In this work we reveal that the phylogenetic signal in rubisco kinetics is caused by phylogenetic constraint on rubisco that is independent of the catalytic trade-offs. Phylogenetic constraint in this context includes all of the processes that collectively lead to slow rates of adaptation. These processes include neutral evolution under genetic drift (Felsenstein 1985), or evolutionary stasis (Prinzing et al. 2001; Ackerly 2004; Cavender-Bares et al. 2004; Moles et al. 2005; Swenson and Enquist 2007) under which adaptive change is mitigated by processes including stabilizing selection, pleiotropy, and a lack of molecular variability or phenotypic plasticity (Maynard Smith et al. 1985; Bradshaw 1991; Edwards and Naeem 1993; Wagner 1995). Although it is possible that multiple factors contribute to the phylogenetic constraint detected in rubisco, it is likely that low molecular variability is a key driver of this phenomenon.
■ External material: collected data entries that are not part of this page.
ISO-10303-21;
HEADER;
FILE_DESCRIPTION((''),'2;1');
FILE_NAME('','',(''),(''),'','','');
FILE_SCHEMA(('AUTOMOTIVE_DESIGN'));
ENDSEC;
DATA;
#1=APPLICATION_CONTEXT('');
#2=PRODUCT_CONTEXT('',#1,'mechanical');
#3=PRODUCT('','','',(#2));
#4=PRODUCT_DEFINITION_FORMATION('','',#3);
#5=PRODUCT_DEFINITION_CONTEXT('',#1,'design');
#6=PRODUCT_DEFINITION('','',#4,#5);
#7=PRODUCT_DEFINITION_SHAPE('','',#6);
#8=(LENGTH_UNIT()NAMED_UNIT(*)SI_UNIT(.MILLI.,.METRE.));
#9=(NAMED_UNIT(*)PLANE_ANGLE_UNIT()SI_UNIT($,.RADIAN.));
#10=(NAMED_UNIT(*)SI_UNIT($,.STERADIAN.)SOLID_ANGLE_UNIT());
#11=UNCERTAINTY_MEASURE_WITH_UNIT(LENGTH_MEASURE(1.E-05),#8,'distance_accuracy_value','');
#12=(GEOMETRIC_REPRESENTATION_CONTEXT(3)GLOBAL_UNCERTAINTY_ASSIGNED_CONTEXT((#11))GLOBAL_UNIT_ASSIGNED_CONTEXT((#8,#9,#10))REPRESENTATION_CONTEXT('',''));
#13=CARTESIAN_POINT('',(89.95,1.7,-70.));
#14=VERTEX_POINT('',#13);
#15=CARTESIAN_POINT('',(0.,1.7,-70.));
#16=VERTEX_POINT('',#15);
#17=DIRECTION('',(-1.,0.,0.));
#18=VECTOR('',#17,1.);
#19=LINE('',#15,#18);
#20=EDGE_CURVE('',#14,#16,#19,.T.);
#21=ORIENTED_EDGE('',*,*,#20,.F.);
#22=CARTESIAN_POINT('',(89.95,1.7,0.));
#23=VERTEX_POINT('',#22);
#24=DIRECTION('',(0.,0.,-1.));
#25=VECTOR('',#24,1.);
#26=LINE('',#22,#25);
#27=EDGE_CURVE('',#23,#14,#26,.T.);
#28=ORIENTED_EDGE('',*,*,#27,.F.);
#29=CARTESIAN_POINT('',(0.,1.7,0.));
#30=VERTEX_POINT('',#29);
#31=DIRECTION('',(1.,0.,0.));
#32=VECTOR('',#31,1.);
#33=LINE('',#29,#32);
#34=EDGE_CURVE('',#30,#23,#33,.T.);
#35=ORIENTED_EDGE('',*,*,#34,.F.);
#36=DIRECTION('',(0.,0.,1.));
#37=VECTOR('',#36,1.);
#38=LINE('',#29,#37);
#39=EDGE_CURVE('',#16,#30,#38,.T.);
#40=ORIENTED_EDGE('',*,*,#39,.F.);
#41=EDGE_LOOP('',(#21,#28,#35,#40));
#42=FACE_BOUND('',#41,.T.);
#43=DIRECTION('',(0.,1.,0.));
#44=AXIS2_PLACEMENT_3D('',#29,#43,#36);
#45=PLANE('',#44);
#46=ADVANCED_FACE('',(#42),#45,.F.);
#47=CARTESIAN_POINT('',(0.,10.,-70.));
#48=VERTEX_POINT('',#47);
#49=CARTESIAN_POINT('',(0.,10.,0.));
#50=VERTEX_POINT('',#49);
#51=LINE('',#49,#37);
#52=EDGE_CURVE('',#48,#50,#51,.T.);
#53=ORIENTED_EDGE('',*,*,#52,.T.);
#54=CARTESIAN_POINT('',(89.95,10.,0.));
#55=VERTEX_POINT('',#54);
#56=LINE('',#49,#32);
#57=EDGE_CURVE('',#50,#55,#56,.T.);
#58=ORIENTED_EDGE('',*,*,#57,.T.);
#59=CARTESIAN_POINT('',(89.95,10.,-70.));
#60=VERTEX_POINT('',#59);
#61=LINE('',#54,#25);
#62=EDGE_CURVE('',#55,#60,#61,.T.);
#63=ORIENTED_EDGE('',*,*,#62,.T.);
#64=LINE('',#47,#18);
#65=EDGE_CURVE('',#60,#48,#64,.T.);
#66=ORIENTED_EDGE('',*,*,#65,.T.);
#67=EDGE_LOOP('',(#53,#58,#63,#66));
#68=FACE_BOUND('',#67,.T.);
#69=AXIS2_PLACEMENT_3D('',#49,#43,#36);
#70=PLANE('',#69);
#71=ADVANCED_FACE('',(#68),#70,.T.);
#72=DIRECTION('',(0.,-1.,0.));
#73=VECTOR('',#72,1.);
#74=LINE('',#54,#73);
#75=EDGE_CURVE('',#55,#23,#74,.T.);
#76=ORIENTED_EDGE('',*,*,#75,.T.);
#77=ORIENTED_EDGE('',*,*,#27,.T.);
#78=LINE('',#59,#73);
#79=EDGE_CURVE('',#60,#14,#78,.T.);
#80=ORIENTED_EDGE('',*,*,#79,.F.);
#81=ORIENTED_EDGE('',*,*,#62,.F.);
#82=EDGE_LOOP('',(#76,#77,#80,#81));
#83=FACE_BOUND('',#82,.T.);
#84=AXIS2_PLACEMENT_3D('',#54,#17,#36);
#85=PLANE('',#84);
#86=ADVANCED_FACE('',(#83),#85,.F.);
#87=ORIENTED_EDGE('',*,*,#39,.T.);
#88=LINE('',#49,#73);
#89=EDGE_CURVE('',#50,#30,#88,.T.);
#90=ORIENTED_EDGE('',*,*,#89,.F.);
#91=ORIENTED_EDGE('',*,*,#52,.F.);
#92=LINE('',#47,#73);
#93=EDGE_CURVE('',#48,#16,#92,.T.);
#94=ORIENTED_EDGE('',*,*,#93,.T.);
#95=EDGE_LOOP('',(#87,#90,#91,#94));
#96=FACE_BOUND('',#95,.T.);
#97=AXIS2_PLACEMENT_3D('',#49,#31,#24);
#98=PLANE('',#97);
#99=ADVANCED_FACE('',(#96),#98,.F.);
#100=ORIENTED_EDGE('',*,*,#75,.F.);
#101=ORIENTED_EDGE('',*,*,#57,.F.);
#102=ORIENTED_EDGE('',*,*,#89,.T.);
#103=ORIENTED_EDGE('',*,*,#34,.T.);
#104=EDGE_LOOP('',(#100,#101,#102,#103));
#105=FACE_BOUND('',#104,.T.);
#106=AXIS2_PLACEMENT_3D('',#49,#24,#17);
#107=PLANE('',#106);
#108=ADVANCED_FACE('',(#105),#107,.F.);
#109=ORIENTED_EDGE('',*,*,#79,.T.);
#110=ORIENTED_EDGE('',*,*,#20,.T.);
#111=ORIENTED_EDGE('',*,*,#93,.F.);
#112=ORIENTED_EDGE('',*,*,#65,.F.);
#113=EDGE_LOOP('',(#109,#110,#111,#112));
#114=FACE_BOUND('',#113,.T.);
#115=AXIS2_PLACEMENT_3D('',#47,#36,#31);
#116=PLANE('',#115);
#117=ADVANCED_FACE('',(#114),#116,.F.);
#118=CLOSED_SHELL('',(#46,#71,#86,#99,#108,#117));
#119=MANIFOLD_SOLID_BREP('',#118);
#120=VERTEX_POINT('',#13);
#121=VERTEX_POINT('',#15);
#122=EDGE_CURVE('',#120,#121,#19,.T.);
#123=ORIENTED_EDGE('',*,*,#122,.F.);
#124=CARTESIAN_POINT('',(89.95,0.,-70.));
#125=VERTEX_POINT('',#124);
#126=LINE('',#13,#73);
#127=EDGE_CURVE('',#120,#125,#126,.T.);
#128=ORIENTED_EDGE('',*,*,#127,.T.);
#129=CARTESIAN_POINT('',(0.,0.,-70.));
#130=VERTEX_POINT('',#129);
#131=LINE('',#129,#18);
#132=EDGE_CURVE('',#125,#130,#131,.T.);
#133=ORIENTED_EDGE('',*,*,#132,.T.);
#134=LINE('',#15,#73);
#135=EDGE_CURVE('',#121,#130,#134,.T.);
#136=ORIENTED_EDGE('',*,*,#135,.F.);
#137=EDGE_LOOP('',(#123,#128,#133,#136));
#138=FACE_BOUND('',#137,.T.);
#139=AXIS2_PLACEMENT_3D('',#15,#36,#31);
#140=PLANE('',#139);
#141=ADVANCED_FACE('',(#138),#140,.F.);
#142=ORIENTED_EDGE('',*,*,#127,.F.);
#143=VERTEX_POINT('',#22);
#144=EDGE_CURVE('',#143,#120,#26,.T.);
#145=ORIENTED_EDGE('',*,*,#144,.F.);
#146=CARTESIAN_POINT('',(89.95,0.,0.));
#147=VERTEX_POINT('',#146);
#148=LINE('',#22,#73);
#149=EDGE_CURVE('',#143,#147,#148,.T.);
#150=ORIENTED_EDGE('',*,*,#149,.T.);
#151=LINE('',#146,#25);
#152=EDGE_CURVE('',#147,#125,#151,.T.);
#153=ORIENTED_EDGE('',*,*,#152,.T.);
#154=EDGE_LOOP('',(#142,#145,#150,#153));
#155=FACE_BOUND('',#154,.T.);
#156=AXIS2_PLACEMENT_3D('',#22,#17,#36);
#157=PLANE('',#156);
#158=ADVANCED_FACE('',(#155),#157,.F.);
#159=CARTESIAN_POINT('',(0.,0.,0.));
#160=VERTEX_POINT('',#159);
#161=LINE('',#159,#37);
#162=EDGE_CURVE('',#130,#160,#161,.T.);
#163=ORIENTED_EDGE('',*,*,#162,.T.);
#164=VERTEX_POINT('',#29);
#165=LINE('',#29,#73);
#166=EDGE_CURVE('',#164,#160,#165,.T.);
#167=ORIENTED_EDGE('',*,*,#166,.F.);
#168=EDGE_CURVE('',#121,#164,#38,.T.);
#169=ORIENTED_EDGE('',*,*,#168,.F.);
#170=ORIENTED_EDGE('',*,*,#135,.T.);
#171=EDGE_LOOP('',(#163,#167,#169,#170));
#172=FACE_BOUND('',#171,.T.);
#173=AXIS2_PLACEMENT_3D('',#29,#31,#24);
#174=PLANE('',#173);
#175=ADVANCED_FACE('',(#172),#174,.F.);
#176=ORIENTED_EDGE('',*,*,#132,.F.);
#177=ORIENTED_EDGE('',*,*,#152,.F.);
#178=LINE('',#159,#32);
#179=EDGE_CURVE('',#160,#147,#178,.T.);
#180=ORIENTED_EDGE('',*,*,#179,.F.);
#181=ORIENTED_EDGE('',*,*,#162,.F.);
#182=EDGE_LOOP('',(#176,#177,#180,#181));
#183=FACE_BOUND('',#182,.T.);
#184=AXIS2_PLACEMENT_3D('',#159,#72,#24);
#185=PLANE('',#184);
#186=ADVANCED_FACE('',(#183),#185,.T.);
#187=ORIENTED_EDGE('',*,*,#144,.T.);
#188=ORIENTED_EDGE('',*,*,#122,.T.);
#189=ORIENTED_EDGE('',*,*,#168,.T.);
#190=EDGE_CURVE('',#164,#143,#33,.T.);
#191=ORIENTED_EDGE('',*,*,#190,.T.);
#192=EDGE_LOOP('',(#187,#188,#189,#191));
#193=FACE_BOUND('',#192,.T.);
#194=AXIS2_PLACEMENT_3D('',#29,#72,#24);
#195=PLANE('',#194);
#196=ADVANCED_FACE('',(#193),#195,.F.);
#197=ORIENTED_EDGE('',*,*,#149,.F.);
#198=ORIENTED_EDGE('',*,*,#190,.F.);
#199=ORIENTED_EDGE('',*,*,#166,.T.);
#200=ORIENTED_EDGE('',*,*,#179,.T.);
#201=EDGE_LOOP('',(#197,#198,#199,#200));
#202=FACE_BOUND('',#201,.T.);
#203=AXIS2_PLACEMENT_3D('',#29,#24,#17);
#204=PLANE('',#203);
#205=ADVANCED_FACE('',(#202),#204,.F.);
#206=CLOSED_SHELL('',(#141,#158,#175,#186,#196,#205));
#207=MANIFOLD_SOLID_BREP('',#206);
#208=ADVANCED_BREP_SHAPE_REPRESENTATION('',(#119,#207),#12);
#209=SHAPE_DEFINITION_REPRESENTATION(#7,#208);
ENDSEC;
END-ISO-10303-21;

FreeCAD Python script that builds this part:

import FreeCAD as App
import Part
import Sketcher

V = App.Vector
Q = App.Units.Quantity

doc = App.newDocument("Part")
params = doc.addObject("Spreadsheet::Sheet", "Params")
for row, (alias, value) in enumerate([
    ("sketch1_height", "70 mm"),
    ("sketch1_width", "89.95 mm"),
    ("pad1_length", "1.7 mm"),
    ("sketch2_height", "70 mm"),
    ("sketch2_width", "89.95 mm"),
    ("pad2_length", "8.3 mm"),
], start=1):
    params.set(f"A{row}", alias)
    params.set(f"B{row}", "=" + value)
    params.setAlias(f"B{row}", alias)

body = doc.addObject("PartDesign::Body", "Body")

sketch1 = doc.addObject("Sketcher::SketchObject", "Sketch")
body.addObject(sketch1)
sketch1.AttachmentSupport = (doc.XZ_Plane, [""])
sketch1.MapMode = "FlatFace"
sketch1.addGeometry(Part.LineSegment(V(0, -70, 0), V(0, 0, 0)), False)
sketch1.addGeometry(Part.LineSegment(V(0, 0, 0), V(90, 0, 0)), False)
sketch1.addGeometry(Part.LineSegment(V(90, 0, 0), V(90, -70, 0)), False)
sketch1.addGeometry(Part.LineSegment(V(90, -70, 0), V(0, -70, 0)), False)
sketch1.addConstraint(Sketcher.Constraint("Coincident", 0, 2, 1, 1))
sketch1.addConstraint(Sketcher.Constraint("Coincident", 1, 2, 2, 1))
sketch1.addConstraint(Sketcher.Constraint("Coincident", 2, 2, 3, 1))
sketch1.addConstraint(Sketcher.Constraint("Coincident", 3, 2, 0, 1))
sketch1.addConstraint(Sketcher.Constraint("Vertical", 0))
sketch1.addConstraint(Sketcher.Constraint("Horizontal", 1))
sketch1.addConstraint(Sketcher.Constraint("Vertical", 2))
sketch1.addConstraint(Sketcher.Constraint("Horizontal", 3))
sketch1.addConstraint(Sketcher.Constraint("Coincident", 0, 2, -1, 1))
sketch1.addConstraint(Sketcher.Constraint("DistanceY", 0, 1, 0, 2, Q("70 mm")))
sketch1.addConstraint(Sketcher.Constraint("DistanceX", 1, 1, 1, 2, Q("89.95 mm")))
sketch1.setExpression("Constraints[9]", "Params.sketch1_height")
sketch1.setExpression("Constraints[10]", "Params.sketch1_width")
pad1 = doc.addObject("PartDesign::Pad", "Pad")
body.addObject(pad1)
pad1.Profile = sketch1
pad1.setExpression("Length", "Params.pad1_length")
pad1.Reversed = True
body2 = doc.addObject("PartDesign::Body", "Body001")

sketch2 = doc.addObject("Sketcher::SketchObject", "Sketch001")
body2.addObject(sketch2)
sketch2.AttachmentSupport = (doc.getObject("XZ_Plane001"), [""])
sketch2.MapMode = "FlatFace"
sketch2.AttachmentOffset = App.Placement(V(0, 0, -1.7), App.Rotation())
sketch2.addGeometry(Part.LineSegment(V(0, -70, 0), V(0, 0, 0)), False)
sketch2.addGeometry(Part.LineSegment(V(0, 0, 0), V(90, 0, 0)), False)
sketch2.addGeometry(Part.LineSegment(V(90, 0, 0), V(90, -70, 0)), False)
sketch2.addGeometry(Part.LineSegment(V(90, -70, 0), V(0, -70, 0)), False)
sketch2.addConstraint(Sketcher.Constraint("Coincident", 0, 2, 1, 1))
sketch2.addConstraint(Sketcher.Constraint("Coincident", 1, 2, 2, 1))
sketch2.addConstraint(Sketcher.Constraint("Coincident", 2, 2, 3, 1))
sketch2.addConstraint(Sketcher.Constraint("Coincident", 3, 2, 0, 1))
sketch2.addConstraint(Sketcher.Constraint("Vertical", 0))
sketch2.addConstraint(Sketcher.Constraint("Horizontal", 1))
sketch2.addConstraint(Sketcher.Constraint("Vertical", 2))
sketch2.addConstraint(Sketcher.Constraint("Horizontal", 3))
sketch2.addConstraint(Sketcher.Constraint("Coincident", 0, 2, -1, 1))
sketch2.addConstraint(Sketcher.Constraint("DistanceY", 0, 1, 0, 2, Q("70 mm")))
sketch2.addConstraint(Sketcher.Constraint("DistanceX", 1, 1, 1, 2, Q("89.95 mm")))
sketch2.setExpression("Constraints[9]", "Params.sketch2_height")
sketch2.setExpression("Constraints[10]", "Params.sketch2_width")
pad2 = doc.addObject("PartDesign::Pad", "Pad001")
body2.addObject(pad2)
pad2.Profile = sketch2
pad2.setExpression("Length", "Params.pad2_length")
pad2.Reversed = True

doc.recompute()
For example, the rate of molecular evolution of rubisco is likely constrained by the requirements for 1) high levels of transcript and protein abundance (Kelly 2018; Seward and Kelly 2018), 2) maintaining complementarity to a wide array of molecular chaperones which assist in protein folding and assembly (e.g., Raf1, Raf2, RbcX, BSD2, Cpn60/Cpn20) and metabolic regulation (e.g., rubisco activase) (Carmo-Silva et al. 2015; Aigner et al. 2017), and 3) the need to preserve overall protein stability within the molecular activity-stability trade-offs (Studer et al. 2014; Duraõ et al. 2015; Cummins et al. 2018). In plants, these constraints would be further exacerbated due to the presence of the rbcL gene in the organellar genome that is uniparentally inherited and does not recombine (Birky 2001). For example, in angiosperms chloroplast-encoded genes evolve 10 times slower than nuclear-encoded genes (Wolfe et al. 1987; Smith 2015). Combined, these evolutionary constraints would hinder the kinetic adaptation of rubisco resulting in the phylogenetic constraint observed in this study.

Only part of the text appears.